REQUIREMENT:
Beneath this line is the data. Output exactly the lines from the line with "#59=CARTESIAN_POINT('',(0.,49.591667,-6.));" to the line with "#65=CARTESIAN_POINT('',(0.,44.716667,-6.));", both ends included, and nothing more.

Data excerpts:
·····
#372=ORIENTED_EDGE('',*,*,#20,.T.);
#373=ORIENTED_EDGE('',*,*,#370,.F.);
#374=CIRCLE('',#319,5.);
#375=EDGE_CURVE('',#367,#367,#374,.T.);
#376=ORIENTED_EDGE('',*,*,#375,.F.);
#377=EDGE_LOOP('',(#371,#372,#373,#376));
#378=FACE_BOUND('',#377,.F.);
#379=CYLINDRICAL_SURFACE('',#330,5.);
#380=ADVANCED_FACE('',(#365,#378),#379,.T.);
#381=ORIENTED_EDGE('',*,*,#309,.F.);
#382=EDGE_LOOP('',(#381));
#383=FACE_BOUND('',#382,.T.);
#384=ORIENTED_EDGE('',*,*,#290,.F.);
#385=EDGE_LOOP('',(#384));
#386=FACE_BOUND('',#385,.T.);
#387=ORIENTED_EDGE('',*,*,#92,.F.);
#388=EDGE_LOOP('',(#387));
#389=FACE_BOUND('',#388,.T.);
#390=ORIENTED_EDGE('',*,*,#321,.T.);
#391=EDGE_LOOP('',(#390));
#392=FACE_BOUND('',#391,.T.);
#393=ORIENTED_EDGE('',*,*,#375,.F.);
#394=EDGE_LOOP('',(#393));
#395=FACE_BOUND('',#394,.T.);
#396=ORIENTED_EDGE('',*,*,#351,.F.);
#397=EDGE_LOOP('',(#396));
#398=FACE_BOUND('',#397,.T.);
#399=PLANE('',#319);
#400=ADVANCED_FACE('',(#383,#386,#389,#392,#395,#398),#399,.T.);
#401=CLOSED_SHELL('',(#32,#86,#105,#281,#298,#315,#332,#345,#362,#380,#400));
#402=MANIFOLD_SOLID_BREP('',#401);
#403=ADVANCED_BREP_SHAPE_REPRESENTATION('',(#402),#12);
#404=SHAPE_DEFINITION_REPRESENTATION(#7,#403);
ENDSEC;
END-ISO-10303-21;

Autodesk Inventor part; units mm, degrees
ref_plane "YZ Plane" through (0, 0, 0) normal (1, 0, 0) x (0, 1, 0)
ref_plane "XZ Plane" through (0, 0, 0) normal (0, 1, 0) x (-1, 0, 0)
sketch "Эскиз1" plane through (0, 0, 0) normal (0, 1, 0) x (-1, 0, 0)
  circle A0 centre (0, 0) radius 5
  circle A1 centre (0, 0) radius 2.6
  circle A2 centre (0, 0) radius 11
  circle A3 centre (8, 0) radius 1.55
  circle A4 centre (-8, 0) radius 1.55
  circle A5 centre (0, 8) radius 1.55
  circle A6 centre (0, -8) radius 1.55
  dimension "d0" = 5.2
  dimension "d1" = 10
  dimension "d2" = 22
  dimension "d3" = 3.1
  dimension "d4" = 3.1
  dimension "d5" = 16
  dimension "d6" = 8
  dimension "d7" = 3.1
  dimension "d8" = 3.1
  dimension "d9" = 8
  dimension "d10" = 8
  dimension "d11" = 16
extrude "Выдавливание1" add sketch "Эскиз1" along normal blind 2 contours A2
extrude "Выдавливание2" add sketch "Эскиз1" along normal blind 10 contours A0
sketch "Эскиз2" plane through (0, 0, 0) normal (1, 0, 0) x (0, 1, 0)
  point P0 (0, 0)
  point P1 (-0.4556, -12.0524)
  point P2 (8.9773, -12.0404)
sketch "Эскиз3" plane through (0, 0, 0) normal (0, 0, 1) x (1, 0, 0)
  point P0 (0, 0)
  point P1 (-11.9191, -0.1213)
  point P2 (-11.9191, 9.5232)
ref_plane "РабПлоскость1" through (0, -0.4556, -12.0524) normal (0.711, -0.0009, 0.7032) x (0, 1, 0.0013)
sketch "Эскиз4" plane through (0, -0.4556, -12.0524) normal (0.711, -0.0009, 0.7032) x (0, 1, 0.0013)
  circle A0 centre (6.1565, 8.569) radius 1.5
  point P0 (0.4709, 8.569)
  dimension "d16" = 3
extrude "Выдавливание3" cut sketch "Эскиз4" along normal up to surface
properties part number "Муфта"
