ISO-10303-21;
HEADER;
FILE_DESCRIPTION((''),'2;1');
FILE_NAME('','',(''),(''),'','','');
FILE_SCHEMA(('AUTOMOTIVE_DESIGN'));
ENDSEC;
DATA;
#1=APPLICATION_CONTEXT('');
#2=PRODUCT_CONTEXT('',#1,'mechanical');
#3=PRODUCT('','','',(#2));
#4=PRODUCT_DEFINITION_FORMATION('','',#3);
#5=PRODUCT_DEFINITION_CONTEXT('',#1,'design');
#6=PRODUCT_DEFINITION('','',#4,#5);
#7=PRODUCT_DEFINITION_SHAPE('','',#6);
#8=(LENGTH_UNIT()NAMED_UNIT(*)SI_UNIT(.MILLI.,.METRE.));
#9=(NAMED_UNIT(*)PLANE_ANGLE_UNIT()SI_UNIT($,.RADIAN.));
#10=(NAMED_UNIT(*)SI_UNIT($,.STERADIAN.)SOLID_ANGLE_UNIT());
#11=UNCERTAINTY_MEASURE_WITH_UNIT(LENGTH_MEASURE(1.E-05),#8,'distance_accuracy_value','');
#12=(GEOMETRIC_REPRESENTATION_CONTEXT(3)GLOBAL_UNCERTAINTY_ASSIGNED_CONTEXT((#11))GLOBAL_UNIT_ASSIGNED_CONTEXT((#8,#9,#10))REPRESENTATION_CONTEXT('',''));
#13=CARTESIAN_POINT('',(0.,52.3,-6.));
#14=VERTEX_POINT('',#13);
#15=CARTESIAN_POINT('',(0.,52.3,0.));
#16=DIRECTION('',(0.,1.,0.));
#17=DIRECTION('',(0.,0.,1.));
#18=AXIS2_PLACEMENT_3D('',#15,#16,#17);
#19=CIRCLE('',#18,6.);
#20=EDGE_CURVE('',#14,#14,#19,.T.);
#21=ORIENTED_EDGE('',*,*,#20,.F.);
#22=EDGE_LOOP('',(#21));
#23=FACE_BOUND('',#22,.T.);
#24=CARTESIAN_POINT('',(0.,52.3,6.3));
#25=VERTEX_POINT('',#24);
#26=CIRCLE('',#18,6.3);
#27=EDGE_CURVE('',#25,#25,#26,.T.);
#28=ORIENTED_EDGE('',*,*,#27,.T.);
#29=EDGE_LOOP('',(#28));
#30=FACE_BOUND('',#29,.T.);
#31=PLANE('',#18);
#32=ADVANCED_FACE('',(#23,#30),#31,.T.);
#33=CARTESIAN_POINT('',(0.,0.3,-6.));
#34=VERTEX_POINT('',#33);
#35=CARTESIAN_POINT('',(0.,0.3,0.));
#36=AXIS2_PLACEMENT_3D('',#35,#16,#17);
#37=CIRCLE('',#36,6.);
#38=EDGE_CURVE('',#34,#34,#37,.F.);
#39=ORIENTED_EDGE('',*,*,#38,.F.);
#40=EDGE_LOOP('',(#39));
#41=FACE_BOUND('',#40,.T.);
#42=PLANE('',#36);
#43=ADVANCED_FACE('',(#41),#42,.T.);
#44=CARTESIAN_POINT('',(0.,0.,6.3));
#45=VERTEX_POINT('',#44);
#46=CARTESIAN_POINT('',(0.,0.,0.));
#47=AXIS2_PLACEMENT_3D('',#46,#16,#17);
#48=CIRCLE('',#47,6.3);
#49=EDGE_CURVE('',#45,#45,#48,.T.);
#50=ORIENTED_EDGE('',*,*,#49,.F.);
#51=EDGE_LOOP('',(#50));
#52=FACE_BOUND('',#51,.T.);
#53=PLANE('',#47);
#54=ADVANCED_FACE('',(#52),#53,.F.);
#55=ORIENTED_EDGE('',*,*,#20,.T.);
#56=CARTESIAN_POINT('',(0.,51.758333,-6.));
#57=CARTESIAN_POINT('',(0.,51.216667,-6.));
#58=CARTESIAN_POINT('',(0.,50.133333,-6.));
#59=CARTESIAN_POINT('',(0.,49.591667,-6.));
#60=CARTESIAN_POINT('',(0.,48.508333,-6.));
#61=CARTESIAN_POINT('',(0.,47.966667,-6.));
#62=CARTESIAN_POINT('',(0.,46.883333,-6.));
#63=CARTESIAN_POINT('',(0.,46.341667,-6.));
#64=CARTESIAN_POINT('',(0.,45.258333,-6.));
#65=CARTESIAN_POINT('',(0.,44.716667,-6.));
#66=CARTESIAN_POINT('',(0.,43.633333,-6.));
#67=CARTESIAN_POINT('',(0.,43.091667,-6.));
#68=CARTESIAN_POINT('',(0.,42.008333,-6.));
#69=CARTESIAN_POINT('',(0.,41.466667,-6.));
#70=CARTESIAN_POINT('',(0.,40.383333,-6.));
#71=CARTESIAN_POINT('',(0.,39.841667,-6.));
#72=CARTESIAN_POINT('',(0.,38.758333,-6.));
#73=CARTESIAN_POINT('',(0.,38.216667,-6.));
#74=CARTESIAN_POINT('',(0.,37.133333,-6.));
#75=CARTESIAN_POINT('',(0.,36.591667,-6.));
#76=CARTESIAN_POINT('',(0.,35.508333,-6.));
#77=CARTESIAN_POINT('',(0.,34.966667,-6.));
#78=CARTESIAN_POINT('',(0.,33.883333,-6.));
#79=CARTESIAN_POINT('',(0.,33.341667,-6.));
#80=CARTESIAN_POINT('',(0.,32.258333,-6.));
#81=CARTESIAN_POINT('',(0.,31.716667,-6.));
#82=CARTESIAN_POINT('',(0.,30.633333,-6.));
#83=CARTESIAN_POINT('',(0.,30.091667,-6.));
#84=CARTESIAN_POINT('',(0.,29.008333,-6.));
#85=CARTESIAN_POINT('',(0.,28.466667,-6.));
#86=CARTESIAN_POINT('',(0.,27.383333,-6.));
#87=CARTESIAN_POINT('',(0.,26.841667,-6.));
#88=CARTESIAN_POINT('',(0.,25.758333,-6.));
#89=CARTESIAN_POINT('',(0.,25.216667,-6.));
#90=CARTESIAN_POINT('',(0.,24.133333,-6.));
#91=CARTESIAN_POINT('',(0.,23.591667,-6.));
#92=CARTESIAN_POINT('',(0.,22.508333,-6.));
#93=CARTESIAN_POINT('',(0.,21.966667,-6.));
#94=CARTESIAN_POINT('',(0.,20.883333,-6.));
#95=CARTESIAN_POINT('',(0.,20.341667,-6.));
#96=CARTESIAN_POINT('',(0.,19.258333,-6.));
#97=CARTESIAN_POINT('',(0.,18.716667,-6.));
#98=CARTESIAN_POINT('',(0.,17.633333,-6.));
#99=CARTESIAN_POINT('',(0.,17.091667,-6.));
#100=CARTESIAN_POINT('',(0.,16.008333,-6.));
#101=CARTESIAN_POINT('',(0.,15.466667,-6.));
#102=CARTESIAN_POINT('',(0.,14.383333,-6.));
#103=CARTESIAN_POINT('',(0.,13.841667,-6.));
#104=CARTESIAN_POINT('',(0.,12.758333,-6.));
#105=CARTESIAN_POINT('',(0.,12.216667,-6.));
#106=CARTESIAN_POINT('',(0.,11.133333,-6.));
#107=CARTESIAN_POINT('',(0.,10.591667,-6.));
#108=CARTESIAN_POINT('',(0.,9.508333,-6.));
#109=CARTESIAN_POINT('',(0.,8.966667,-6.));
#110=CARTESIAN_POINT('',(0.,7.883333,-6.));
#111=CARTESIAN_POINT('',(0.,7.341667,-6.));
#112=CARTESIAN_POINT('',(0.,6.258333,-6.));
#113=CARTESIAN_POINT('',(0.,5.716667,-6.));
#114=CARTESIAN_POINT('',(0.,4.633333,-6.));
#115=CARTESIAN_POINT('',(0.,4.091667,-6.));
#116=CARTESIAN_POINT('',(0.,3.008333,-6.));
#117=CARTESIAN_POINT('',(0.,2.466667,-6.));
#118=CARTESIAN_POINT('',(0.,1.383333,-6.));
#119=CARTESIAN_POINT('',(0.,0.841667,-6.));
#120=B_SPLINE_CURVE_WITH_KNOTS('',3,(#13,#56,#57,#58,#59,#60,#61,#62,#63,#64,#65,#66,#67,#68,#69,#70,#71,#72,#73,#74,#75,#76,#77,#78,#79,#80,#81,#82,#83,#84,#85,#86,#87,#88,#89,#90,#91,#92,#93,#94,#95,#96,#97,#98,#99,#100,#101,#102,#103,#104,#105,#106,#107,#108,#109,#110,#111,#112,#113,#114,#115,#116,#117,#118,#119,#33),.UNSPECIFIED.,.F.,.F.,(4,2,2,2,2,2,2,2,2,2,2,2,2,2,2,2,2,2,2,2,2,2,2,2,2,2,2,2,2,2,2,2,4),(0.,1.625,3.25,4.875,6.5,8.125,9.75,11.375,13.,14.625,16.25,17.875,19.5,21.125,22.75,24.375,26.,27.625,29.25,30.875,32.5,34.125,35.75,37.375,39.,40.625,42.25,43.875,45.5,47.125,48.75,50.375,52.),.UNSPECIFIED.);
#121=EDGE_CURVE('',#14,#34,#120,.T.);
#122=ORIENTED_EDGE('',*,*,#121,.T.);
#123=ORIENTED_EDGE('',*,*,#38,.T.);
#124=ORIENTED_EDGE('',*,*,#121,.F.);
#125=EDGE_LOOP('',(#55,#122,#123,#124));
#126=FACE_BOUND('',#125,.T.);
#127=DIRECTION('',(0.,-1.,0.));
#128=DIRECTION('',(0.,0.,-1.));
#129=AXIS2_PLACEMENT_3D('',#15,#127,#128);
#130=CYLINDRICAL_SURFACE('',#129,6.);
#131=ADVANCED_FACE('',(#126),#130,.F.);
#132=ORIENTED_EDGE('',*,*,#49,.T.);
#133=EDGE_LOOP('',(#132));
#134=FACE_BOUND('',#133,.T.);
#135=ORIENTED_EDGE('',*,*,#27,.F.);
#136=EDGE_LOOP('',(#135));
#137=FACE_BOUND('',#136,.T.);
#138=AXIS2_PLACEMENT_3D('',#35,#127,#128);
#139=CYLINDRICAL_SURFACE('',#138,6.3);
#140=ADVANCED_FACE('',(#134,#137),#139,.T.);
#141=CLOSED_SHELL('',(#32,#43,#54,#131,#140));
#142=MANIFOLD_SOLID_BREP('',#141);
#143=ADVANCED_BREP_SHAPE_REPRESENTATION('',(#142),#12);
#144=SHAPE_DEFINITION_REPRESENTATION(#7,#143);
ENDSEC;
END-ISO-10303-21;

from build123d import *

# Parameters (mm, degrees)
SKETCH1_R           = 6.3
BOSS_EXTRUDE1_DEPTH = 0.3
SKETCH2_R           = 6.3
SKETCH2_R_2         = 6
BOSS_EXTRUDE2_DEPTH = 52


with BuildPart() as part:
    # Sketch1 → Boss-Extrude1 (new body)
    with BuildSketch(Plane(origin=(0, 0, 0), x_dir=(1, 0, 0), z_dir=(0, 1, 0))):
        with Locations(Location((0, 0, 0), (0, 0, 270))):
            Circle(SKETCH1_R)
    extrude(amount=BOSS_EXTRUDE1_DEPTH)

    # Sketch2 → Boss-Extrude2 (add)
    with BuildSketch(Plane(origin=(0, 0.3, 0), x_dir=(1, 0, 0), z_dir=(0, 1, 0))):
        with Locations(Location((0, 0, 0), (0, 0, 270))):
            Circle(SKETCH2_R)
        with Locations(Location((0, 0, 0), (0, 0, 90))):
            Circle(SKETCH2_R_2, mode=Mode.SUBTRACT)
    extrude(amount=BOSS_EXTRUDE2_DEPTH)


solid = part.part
·····
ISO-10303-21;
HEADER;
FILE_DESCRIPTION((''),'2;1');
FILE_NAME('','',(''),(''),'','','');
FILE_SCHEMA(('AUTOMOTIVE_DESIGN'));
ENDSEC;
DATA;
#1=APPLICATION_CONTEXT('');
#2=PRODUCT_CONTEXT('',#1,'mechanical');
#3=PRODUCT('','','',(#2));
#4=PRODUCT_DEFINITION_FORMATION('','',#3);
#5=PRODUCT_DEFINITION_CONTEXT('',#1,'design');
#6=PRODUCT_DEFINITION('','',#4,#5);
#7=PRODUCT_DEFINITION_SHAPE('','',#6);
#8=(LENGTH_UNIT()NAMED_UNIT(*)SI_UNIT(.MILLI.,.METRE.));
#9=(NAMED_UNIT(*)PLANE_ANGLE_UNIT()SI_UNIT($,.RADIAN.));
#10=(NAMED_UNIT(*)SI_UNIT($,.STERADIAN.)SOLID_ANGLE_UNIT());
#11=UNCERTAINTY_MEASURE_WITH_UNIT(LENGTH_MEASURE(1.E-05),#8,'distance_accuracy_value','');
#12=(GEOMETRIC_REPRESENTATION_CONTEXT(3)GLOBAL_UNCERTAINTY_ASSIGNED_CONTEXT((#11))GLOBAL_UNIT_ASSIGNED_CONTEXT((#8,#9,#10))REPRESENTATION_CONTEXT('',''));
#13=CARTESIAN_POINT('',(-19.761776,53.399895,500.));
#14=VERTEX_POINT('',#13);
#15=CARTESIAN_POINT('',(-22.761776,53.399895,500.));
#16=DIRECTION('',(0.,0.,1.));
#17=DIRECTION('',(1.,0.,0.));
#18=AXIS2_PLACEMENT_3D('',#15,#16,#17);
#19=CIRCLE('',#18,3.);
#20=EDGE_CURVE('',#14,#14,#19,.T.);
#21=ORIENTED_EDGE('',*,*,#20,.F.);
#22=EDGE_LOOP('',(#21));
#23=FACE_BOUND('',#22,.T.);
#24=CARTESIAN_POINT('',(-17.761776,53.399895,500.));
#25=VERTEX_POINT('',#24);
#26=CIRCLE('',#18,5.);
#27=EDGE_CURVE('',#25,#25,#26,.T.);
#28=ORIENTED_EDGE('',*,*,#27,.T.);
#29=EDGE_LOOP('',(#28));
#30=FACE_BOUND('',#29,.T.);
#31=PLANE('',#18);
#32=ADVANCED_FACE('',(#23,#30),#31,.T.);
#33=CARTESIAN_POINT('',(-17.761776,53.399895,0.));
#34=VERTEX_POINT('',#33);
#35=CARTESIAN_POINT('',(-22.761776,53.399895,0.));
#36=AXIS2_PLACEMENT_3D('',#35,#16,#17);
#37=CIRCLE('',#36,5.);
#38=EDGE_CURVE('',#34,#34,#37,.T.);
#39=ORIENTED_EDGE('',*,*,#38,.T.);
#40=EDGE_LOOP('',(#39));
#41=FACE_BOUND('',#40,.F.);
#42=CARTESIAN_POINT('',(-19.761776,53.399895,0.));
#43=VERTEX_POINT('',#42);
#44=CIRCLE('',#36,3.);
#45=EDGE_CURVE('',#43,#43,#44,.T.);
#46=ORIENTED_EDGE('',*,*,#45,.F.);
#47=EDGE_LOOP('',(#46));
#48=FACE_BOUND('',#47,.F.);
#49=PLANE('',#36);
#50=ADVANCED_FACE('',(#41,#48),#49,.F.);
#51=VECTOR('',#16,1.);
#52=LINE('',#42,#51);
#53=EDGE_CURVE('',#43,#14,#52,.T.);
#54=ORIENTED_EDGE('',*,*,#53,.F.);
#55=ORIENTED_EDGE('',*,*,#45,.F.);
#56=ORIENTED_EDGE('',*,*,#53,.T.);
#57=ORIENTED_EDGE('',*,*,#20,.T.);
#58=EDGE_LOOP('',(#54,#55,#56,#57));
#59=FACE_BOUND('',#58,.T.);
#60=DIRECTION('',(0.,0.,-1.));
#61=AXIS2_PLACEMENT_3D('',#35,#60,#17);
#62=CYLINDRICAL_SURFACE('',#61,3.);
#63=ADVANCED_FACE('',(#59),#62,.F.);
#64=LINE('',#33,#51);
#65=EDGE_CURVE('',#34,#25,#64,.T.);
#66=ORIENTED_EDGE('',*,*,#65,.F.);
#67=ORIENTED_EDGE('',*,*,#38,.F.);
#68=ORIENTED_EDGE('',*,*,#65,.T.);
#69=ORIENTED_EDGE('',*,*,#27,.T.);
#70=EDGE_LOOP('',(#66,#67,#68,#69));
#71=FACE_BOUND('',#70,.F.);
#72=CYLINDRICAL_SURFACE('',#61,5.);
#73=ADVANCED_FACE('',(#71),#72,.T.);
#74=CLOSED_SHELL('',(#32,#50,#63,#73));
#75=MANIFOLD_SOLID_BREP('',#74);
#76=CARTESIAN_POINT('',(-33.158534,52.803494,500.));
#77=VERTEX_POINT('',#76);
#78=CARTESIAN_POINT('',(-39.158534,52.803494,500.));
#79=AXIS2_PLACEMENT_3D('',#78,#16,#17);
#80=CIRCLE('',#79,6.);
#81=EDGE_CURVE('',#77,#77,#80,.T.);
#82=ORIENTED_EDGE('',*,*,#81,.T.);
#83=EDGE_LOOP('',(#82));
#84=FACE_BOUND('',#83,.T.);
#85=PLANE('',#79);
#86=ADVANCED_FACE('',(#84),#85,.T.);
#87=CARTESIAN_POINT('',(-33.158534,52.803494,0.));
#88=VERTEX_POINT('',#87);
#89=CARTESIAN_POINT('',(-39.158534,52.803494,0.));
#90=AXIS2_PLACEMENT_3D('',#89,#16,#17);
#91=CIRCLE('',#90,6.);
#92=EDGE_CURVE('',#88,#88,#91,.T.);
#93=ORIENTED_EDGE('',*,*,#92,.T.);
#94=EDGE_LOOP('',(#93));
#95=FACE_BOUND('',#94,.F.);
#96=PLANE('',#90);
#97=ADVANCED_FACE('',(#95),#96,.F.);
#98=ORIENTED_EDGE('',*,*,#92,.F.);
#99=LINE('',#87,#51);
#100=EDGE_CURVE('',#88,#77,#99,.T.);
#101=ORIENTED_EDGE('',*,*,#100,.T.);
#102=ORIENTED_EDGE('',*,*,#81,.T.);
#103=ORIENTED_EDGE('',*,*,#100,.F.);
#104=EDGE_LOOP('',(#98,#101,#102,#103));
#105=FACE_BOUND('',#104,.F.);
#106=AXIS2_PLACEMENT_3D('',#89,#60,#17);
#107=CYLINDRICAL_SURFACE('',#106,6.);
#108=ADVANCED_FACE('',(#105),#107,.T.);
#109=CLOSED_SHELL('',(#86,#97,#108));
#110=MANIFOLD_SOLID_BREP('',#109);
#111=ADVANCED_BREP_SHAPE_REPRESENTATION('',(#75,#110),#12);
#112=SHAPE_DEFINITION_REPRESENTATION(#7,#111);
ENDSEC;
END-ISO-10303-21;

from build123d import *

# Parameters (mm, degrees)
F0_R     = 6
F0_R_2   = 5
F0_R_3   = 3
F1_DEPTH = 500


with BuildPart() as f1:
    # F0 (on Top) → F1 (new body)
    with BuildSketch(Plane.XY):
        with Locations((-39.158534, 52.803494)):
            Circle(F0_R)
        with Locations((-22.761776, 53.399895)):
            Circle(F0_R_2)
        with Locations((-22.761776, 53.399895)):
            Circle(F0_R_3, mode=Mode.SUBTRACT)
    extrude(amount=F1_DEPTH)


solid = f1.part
·····
EXPECTED OUTPUT:
#59=CARTESIAN_POINT('',(0.,49.591667,-6.));
#60=CARTESIAN_POINT('',(0.,48.508333,-6.));
#61=CARTESIAN_POINT('',(0.,47.966667,-6.));
#62=CARTESIAN_POINT('',(0.,46.883333,-6.));
#63=CARTESIAN_POINT('',(0.,46.341667,-6.));
#64=CARTESIAN_POINT('',(0.,45.258333,-6.));
#65=CARTESIAN_POINT('',(0.,44.716667,-6.));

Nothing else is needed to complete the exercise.